*What you need to do*: In the listing below, the lines starting with the line with "#24=DIRECTION('',(1.,0.,0.));" and going on through the line with "#53=VECTOR('',#39,1.);" are to be reproduced exactly, and only those.

┄┄┄┄┄┄

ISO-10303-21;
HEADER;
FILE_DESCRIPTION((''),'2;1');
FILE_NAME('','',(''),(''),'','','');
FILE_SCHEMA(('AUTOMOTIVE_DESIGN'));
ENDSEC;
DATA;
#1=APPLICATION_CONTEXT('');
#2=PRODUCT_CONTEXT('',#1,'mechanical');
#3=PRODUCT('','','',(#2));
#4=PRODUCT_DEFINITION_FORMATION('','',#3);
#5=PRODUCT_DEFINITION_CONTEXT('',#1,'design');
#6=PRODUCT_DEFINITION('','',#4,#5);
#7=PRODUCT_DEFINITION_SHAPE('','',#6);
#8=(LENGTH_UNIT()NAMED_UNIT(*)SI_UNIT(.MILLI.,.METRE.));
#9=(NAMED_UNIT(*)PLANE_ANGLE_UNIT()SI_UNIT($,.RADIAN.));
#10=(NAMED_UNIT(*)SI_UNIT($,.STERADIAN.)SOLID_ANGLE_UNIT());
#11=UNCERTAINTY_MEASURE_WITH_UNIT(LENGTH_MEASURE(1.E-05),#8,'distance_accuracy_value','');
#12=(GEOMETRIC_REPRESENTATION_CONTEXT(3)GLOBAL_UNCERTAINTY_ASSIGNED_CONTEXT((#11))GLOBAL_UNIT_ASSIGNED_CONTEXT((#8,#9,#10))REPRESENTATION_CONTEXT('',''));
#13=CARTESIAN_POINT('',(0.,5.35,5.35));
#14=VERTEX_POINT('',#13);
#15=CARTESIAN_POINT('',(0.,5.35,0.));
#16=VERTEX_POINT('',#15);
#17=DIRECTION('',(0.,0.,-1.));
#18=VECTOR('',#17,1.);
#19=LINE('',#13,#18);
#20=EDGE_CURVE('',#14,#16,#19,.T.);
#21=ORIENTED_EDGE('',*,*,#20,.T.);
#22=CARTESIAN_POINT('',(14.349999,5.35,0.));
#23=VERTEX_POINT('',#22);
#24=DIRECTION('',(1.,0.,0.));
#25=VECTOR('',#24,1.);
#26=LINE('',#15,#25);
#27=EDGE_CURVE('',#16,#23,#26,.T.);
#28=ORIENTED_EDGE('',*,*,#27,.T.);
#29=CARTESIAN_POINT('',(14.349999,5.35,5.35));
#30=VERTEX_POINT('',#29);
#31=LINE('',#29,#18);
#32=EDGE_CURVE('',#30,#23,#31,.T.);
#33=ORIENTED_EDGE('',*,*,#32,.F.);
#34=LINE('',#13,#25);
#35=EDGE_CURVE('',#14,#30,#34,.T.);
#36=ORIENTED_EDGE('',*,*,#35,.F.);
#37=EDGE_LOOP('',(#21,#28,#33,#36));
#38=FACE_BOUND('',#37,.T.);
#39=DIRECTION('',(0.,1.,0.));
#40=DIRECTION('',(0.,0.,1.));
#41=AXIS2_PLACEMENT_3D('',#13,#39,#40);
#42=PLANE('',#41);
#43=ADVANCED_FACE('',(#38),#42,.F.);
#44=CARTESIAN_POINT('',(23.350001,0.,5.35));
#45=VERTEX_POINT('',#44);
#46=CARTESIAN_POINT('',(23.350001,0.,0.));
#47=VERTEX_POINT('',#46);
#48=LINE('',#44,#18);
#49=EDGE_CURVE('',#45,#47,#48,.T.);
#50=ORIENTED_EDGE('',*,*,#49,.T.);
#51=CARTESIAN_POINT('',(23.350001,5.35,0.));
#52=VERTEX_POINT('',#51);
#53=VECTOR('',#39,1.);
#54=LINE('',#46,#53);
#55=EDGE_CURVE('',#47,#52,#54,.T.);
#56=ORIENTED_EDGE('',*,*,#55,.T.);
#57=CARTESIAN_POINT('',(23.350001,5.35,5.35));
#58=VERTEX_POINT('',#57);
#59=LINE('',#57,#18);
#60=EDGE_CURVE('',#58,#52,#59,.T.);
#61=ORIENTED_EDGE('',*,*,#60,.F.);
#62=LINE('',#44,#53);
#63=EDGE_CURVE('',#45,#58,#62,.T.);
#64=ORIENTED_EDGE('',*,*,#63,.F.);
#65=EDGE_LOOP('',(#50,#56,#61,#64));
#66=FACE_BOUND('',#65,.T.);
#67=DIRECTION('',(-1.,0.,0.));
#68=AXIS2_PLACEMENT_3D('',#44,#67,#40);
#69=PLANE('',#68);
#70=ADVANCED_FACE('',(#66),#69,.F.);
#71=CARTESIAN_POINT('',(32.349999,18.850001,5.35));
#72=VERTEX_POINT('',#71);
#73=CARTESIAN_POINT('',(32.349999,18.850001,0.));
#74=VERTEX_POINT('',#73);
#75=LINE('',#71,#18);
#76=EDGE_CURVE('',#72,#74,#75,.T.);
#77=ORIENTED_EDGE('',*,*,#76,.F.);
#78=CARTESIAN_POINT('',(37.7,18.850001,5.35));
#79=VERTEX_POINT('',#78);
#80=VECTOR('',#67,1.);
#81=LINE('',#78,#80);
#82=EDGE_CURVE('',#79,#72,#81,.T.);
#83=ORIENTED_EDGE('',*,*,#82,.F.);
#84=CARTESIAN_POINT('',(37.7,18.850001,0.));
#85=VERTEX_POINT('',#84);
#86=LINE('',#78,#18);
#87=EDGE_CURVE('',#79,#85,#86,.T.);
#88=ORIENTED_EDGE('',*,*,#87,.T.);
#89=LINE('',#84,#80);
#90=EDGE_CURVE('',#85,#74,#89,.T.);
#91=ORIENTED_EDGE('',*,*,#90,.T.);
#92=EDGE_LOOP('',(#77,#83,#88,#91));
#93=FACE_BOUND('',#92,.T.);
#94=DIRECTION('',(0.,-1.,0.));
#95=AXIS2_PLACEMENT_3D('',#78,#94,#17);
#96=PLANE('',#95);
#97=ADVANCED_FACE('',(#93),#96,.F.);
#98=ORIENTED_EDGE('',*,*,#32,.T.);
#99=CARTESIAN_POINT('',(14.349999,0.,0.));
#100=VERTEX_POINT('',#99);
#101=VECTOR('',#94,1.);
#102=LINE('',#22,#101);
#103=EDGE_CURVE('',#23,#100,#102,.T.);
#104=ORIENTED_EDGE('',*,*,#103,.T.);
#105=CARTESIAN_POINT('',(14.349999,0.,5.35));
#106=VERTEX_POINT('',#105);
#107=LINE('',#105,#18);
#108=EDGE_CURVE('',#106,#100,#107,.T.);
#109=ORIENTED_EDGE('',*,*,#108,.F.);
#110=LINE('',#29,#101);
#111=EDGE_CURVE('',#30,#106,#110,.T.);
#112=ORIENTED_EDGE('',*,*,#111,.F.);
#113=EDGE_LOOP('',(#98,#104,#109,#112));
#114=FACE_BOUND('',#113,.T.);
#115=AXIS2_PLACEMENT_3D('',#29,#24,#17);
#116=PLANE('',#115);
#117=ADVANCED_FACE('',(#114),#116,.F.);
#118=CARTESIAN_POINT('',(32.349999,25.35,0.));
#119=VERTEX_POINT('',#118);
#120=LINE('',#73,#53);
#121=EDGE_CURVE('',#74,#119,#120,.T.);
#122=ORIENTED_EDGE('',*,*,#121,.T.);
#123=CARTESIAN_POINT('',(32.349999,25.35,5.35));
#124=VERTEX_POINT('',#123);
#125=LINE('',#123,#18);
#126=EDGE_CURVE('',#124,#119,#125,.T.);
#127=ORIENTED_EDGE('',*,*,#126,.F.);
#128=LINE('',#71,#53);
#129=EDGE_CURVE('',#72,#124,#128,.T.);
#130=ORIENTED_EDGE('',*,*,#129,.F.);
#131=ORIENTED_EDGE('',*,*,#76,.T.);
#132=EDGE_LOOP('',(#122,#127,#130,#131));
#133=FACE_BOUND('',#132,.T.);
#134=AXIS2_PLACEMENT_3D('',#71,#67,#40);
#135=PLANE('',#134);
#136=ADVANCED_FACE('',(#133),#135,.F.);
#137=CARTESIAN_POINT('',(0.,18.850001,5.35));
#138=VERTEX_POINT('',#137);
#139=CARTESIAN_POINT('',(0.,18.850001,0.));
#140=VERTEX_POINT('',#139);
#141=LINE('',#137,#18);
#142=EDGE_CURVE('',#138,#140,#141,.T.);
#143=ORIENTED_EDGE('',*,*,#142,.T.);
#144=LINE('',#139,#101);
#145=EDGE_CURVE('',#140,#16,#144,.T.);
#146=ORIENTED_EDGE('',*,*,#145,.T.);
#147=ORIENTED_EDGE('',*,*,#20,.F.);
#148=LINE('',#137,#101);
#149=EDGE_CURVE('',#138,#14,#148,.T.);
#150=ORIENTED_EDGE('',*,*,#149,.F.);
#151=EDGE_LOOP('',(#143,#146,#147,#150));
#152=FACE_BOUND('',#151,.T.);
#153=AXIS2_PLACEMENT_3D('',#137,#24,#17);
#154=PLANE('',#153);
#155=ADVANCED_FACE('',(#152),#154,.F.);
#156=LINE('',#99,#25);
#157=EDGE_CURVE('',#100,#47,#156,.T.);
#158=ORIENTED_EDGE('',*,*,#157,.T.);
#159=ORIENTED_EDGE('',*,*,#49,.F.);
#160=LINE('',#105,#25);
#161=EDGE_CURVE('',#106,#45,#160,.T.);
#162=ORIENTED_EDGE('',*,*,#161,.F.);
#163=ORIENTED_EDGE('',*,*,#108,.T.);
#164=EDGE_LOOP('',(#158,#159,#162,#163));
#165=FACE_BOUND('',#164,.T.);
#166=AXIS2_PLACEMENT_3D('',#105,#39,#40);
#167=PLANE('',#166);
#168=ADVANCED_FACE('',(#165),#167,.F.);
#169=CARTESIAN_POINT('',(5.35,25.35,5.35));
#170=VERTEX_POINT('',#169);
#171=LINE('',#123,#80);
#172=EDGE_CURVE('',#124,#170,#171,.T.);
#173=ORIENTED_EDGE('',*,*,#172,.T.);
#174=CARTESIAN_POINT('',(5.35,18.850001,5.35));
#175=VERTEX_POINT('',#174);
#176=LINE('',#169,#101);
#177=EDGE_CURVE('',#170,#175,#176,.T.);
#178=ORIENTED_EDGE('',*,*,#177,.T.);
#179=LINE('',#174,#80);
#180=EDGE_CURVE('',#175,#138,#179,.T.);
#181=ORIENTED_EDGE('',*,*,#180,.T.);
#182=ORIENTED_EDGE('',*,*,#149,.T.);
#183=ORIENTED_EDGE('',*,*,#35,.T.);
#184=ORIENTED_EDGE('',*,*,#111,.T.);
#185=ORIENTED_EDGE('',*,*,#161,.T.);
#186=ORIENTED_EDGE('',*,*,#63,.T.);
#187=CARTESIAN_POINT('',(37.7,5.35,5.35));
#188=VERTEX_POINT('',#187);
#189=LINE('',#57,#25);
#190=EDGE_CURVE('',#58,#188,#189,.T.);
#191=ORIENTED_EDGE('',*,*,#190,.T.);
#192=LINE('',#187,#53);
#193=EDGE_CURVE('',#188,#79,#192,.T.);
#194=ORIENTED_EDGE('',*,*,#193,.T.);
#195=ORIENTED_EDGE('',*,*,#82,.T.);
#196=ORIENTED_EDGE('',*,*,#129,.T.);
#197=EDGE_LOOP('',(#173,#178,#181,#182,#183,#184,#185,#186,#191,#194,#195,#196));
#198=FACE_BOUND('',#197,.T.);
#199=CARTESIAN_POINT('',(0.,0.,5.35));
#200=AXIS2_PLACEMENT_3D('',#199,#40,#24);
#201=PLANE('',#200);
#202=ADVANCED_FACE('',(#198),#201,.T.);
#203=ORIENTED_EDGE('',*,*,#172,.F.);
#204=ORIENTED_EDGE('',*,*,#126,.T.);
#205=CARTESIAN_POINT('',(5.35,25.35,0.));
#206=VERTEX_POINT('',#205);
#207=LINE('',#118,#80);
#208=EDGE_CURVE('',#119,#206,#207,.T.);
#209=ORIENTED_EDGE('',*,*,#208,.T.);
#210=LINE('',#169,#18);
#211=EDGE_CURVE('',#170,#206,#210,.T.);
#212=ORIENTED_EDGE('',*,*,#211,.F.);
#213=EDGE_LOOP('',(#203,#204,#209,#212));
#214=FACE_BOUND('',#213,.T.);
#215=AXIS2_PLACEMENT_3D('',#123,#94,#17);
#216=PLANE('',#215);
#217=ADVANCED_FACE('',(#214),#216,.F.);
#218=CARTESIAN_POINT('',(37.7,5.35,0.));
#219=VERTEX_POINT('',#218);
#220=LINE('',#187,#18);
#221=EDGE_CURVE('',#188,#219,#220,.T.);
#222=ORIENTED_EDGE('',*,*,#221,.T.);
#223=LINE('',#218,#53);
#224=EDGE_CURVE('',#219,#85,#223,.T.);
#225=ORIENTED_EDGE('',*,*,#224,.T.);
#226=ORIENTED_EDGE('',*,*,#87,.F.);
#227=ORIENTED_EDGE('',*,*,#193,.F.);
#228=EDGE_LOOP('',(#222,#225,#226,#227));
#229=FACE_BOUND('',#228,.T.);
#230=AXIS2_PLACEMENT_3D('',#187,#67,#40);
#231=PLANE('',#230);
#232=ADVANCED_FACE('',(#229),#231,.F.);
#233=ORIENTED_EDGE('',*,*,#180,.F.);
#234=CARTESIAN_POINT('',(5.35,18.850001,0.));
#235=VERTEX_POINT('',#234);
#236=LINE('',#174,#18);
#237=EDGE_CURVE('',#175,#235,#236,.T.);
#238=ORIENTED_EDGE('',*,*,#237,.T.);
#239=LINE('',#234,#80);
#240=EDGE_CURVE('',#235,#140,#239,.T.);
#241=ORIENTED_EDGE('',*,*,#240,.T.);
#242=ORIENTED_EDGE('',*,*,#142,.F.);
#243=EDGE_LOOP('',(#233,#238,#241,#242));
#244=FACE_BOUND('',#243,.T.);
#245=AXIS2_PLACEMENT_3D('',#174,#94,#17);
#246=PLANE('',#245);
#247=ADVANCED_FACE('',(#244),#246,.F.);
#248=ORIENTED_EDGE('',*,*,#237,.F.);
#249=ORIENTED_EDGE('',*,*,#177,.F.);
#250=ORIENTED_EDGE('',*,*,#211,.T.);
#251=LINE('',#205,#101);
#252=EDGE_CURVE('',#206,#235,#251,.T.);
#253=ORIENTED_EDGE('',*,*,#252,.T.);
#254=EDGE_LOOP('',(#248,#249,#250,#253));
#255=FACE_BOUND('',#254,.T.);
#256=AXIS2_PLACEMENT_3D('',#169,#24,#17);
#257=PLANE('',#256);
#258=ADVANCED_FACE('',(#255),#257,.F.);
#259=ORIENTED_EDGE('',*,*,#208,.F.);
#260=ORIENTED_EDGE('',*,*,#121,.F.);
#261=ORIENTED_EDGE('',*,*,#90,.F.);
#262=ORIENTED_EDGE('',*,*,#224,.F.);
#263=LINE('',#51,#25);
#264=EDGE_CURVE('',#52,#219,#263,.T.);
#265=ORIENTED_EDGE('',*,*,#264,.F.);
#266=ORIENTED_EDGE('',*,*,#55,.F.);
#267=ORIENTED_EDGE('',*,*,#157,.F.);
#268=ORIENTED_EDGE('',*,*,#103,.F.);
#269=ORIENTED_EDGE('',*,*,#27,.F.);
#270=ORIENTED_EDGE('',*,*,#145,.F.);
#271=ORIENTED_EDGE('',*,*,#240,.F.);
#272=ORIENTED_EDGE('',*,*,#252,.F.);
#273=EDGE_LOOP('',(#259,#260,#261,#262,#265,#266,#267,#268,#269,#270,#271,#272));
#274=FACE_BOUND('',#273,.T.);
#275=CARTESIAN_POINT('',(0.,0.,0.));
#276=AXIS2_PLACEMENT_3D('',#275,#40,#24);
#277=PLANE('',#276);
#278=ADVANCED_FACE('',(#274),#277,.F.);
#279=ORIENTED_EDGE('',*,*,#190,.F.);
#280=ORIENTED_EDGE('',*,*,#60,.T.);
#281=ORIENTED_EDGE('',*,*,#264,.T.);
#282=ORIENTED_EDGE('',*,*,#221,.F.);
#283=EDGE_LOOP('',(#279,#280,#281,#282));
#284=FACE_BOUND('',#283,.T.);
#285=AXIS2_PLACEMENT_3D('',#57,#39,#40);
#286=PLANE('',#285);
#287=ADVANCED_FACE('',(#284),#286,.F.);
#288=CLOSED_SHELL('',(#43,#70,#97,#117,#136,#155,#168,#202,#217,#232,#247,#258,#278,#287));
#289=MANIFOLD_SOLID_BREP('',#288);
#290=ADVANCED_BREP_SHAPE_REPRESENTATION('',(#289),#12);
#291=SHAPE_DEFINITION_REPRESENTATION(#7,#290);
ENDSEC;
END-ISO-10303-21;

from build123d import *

# Parameters (mm, degrees)
BOSS_EXTRUDE1_DEPTH = 5.35


with BuildPart() as part:
    # Model → Boss-Extrude1 (new body)
    with BuildSketch(Plane.XY):
        Polygon((32.349998597, 25.349999778), (5.350000225, 25.349999778), (5.350000225, 18.850000575), (0, 18.850000575), (0, 5.350000225), (14.349999372, 5.350000225), (14.349999372, 0), (23.350000847, 0), (23.350000847, 5.350000225), (37.699999753, 5.350000225), (37.699999753, 18.850000575), (32.349998597, 18.850000575), align=None)
    extrude(amount=BOSS_EXTRUDE1_DEPTH)


solid = part.part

┄┄┄┄┄┄

*Answer box*:
#24=DIRECTION('',(1.,0.,0.));
#25=VECTOR('',#24,1.);
#26=LINE('',#15,#25);
#27=EDGE_CURVE('',#16,#23,#26,.T.);
#28=ORIENTED_EDGE('',*,*,#27,.T.);
#29=CARTESIAN_POINT('',(14.349999,5.35,5.35));
#30=VERTEX_POINT('',#29);
#31=LINE('',#29,#18);
#32=EDGE_CURVE('',#30,#23,#31,.T.);
#33=ORIENTED_EDGE('',*,*,#32,.F.);
#34=LINE('',#13,#25);
#35=EDGE_CURVE('',#14,#30,#34,.T.);
#36=ORIENTED_EDGE('',*,*,#35,.F.);
#37=EDGE_LOOP('',(#21,#28,#33,#36));
#38=FACE_BOUND('',#37,.T.);
#39=DIRECTION('',(0.,1.,0.));
#40=DIRECTION('',(0.,0.,1.));
#41=AXIS2_PLACEMENT_3D('',#13,#39,#40);
#42=PLANE('',#41);
#43=ADVANCED_FACE('',(#38),#42,.F.);
#44=CARTESIAN_POINT('',(23.350001,0.,5.35));
#45=VERTEX_POINT('',#44);
#46=CARTESIAN_POINT('',(23.350001,0.,0.));
#47=VERTEX_POINT('',#46);
#48=LINE('',#44,#18);
#49=EDGE_CURVE('',#45,#47,#48,.T.);
#50=ORIENTED_EDGE('',*,*,#49,.T.);
#51=CARTESIAN_POINT('',(23.350001,5.35,0.));
#52=VERTEX_POINT('',#51);
#53=VECTOR('',#39,1.);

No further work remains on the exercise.